[Stored data]
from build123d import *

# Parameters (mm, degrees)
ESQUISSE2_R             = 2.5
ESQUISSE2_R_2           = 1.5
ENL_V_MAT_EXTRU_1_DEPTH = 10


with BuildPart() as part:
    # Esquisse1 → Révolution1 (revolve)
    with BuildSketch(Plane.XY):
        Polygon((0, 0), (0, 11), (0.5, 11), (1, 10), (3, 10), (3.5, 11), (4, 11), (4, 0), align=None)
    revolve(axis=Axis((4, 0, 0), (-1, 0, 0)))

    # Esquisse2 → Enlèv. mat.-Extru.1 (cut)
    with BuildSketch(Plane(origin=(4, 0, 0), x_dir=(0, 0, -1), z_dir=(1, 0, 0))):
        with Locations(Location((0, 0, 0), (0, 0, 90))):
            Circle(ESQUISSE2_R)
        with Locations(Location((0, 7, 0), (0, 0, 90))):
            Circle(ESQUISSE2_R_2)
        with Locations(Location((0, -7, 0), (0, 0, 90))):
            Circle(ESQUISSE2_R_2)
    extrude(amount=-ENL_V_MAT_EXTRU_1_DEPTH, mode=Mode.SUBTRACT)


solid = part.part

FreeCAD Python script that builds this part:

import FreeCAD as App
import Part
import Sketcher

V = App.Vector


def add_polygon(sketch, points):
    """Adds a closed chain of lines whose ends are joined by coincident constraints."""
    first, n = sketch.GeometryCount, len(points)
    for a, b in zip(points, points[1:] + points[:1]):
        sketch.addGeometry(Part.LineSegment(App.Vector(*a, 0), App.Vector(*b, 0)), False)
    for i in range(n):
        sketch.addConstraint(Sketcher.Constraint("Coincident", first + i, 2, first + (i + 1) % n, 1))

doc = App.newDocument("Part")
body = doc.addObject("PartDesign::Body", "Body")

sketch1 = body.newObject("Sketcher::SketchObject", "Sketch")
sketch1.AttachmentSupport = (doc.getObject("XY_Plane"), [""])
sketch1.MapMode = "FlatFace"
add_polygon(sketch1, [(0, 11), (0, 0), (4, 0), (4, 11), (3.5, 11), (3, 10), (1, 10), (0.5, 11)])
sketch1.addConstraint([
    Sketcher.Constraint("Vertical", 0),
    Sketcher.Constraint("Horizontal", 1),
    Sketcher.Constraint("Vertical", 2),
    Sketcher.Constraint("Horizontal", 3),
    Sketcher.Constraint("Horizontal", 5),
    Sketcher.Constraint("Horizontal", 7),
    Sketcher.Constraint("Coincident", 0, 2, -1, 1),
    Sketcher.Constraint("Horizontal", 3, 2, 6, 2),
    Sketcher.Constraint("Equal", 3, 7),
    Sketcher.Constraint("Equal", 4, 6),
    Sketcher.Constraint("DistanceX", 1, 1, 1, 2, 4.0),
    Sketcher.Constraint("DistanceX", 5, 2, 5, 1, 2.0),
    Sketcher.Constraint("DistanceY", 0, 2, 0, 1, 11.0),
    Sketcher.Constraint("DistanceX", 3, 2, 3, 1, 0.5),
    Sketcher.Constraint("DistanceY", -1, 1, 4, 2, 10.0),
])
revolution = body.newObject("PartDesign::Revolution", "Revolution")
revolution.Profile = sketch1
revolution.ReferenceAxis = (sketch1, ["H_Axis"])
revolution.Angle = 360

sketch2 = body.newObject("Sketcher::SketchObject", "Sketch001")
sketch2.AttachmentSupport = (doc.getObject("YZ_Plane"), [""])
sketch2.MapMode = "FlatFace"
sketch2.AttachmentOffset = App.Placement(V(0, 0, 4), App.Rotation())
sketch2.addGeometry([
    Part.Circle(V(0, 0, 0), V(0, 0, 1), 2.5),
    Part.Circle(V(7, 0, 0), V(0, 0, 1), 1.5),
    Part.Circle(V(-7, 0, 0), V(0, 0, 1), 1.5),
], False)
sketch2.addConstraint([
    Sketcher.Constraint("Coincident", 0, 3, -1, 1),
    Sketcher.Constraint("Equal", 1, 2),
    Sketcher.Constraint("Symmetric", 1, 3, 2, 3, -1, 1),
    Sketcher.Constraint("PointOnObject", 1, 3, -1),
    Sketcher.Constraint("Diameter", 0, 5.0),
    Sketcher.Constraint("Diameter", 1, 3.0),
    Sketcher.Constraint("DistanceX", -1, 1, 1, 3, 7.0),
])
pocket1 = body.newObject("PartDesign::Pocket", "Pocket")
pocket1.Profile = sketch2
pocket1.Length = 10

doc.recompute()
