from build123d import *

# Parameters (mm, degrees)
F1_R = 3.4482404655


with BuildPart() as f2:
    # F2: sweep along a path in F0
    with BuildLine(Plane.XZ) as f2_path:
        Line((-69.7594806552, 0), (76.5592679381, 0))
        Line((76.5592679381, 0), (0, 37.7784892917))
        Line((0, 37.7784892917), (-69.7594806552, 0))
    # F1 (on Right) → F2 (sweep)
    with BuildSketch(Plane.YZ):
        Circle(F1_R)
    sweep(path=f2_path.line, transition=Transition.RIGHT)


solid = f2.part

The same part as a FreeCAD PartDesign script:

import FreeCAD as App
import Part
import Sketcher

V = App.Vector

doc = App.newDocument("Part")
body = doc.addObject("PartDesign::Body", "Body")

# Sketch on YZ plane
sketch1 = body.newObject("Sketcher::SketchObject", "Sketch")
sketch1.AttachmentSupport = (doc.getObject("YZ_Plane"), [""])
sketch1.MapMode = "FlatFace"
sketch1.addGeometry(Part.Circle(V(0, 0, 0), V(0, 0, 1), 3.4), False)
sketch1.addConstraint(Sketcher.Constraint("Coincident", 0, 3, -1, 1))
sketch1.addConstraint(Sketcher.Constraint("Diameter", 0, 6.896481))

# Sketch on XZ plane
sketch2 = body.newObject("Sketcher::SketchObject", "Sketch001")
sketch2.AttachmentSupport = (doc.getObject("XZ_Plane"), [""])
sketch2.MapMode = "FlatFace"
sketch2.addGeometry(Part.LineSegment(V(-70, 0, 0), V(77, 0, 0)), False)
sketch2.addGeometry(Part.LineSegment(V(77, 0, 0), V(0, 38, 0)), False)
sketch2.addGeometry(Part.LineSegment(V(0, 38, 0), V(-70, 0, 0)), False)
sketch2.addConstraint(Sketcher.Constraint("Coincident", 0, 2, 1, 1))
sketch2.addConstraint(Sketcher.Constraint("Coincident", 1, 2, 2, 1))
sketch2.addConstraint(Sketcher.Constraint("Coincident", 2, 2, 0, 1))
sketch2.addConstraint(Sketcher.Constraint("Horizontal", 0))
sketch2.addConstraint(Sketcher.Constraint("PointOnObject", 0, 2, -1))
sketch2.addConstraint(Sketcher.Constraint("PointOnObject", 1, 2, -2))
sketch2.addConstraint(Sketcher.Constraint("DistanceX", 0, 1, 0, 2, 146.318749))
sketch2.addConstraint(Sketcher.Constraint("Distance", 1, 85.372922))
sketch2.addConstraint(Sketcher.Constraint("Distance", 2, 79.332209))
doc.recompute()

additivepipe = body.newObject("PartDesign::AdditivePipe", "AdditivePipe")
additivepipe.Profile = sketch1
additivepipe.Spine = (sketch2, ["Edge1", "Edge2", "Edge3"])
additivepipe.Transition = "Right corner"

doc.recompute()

▶ _Brief_
A full, exact repeat of the entries above is required.

▶ _The completed task_
from build123d import *

# Parameters (mm, degrees)
ESQUISSE2_R             = 2.5
ESQUISSE2_R_2           = 1.5
ENL_V_MAT_EXTRU_1_DEPTH = 10


with BuildPart() as part:
    # Esquisse1 → Révolution1 (revolve)
    with BuildSketch(Plane.XY):
        Polygon((0, 0), (0, 11), (0.5, 11), (1, 10), (3, 10), (3.5, 11), (4, 11), (4, 0), align=None)
    revolve(axis=Axis((4, 0, 0), (-1, 0, 0)))

    # Esquisse2 → Enlèv. mat.-Extru.1 (cut)
    with BuildSketch(Plane(origin=(4, 0, 0), x_dir=(0, 0, -1), z_dir=(1, 0, 0))):
        with Locations(Location((0, 0, 0), (0, 0, 90))):
            Circle(ESQUISSE2_R)
        with Locations(Location((0, 7, 0), (0, 0, 90))):
            Circle(ESQUISSE2_R_2)
        with Locations(Location((0, -7, 0), (0, 0, 90))):
            Circle(ESQUISSE2_R_2)
    extrude(amount=-ENL_V_MAT_EXTRU_1_DEPTH, mode=Mode.SUBTRACT)


solid = part.part

FreeCAD Python script that builds this part:

import FreeCAD as App
import Part
import Sketcher

V = App.Vector


def add_polygon(sketch, points):
    """Adds a closed chain of lines whose ends are joined by coincident constraints."""
    first, n = sketch.GeometryCount, len(points)
    for a, b in zip(points, points[1:] + points[:1]):
        sketch.addGeometry(Part.LineSegment(App.Vector(*a, 0), App.Vector(*b, 0)), False)
    for i in range(n):
        sketch.addConstraint(Sketcher.Constraint("Coincident", first + i, 2, first + (i + 1) % n, 1))

doc = App.newDocument("Part")
body = doc.addObject("PartDesign::Body", "Body")

sketch1 = body.newObject("Sketcher::SketchObject", "Sketch")
sketch1.AttachmentSupport = (doc.getObject("XY_Plane"), [""])
sketch1.MapMode = "FlatFace"
add_polygon(sketch1, [(0, 11), (0, 0), (4, 0), (4, 11), (3.5, 11), (3, 10), (1, 10), (0.5, 11)])
sketch1.addConstraint([
    Sketcher.Constraint("Vertical", 0),
    Sketcher.Constraint("Horizontal", 1),
    Sketcher.Constraint("Vertical", 2),
    Sketcher.Constraint("Horizontal", 3),
    Sketcher.Constraint("Horizontal", 5),
    Sketcher.Constraint("Horizontal", 7),
    Sketcher.Constraint("Coincident", 0, 2, -1, 1),
    Sketcher.Constraint("Horizontal", 3, 2, 6, 2),
    Sketcher.Constraint("Equal", 3, 7),
    Sketcher.Constraint("Equal", 4, 6),
    Sketcher.Constraint("DistanceX", 1, 1, 1, 2, 4.0),
    Sketcher.Constraint("DistanceX", 5, 2, 5, 1, 2.0),
    Sketcher.Constraint("DistanceY", 0, 2, 0, 1, 11.0),
    Sketcher.Constraint("DistanceX", 3, 2, 3, 1, 0.5),
    Sketcher.Constraint("DistanceY", -1, 1, 4, 2, 10.0),
])
revolution = body.newObject("PartDesign::Revolution", "Revolution")
revolution.Profile = sketch1
revolution.ReferenceAxis = (sketch1, ["H_Axis"])
revolution.Angle = 360

sketch2 = body.newObject("Sketcher::SketchObject", "Sketch001")
sketch2.AttachmentSupport = (doc.getObject("YZ_Plane"), [""])
sketch2.MapMode = "FlatFace"
sketch2.AttachmentOffset = App.Placement(V(0, 0, 4), App.Rotation())
sketch2.addGeometry([
    Part.Circle(V(0, 0, 0), V(0, 0, 1), 2.5),
    Part.Circle(V(7, 0, 0), V(0, 0, 1), 1.5),
    Part.Circle(V(-7, 0, 0), V(0, 0, 1), 1.5),
], False)
sketch2.addConstraint([
    Sketcher.Constraint("Coincident", 0, 3, -1, 1),
    Sketcher.Constraint("Equal", 1, 2),
    Sketcher.Constraint("Symmetric", 1, 3, 2, 3, -1, 1),
    Sketcher.Constraint("PointOnObject", 1, 3, -1),
    Sketcher.Constraint("Diameter", 0, 5.0),
    Sketcher.Constraint("Diameter", 1, 3.0),
    Sketcher.Constraint("DistanceX", -1, 1, 1, 3, 7.0),
])
pocket1 = body.newObject("PartDesign::Pocket", "Pocket")
pocket1.Profile = sketch2
pocket1.Length = 10

doc.recompute()
from build123d import *

# Parameters (mm, degrees)
F1_R = 3.4482404655


with BuildPart() as f2:
    # F2: sweep along a path in F0
    with BuildLine(Plane.XZ) as f2_path:
        Line((-69.7594806552, 0), (76.5592679381, 0))
        Line((76.5592679381, 0), (0, 37.7784892917))
        Line((0, 37.7784892917), (-69.7594806552, 0))
    # F1 (on Right) → F2 (sweep)
    with BuildSketch(Plane.YZ):
        Circle(F1_R)
    sweep(path=f2_path.line, transition=Transition.RIGHT)


solid = f2.part

The same part as a FreeCAD PartDesign script:

import FreeCAD as App
import Part
import Sketcher

V = App.Vector

doc = App.newDocument("Part")
body = doc.addObject("PartDesign::Body", "Body")

# Sketch on YZ plane
sketch1 = body.newObject("Sketcher::SketchObject", "Sketch")
sketch1.AttachmentSupport = (doc.getObject("YZ_Plane"), [""])
sketch1.MapMode = "FlatFace"
sketch1.addGeometry(Part.Circle(V(0, 0, 0), V(0, 0, 1), 3.4), False)
sketch1.addConstraint(Sketcher.Constraint("Coincident", 0, 3, -1, 1))
sketch1.addConstraint(Sketcher.Constraint("Diameter", 0, 6.896481))

# Sketch on XZ plane
sketch2 = body.newObject("Sketcher::SketchObject", "Sketch001")
sketch2.AttachmentSupport = (doc.getObject("XZ_Plane"), [""])
sketch2.MapMode = "FlatFace"
sketch2.addGeometry(Part.LineSegment(V(-70, 0, 0), V(77, 0, 0)), False)
sketch2.addGeometry(Part.LineSegment(V(77, 0, 0), V(0, 38, 0)), False)
sketch2.addGeometry(Part.LineSegment(V(0, 38, 0), V(-70, 0, 0)), False)
sketch2.addConstraint(Sketcher.Constraint("Coincident", 0, 2, 1, 1))
sketch2.addConstraint(Sketcher.Constraint("Coincident", 1, 2, 2, 1))
sketch2.addConstraint(Sketcher.Constraint("Coincident", 2, 2, 0, 1))
sketch2.addConstraint(Sketcher.Constraint("Horizontal", 0))
sketch2.addConstraint(Sketcher.Constraint("PointOnObject", 0, 2, -1))
sketch2.addConstraint(Sketcher.Constraint("PointOnObject", 1, 2, -2))
sketch2.addConstraint(Sketcher.Constraint("DistanceX", 0, 1, 0, 2, 146.318749))
sketch2.addConstraint(Sketcher.Constraint("Distance", 1, 85.372922))
sketch2.addConstraint(Sketcher.Constraint("Distance", 2, 79.332209))
doc.recompute()

additivepipe = body.newObject("PartDesign::AdditivePipe", "AdditivePipe")
additivepipe.Profile = sketch1
additivepipe.Spine = (sketch2, ["Edge1", "Edge2", "Edge3"])
additivepipe.Transition = "Right corner"

doc.recompute()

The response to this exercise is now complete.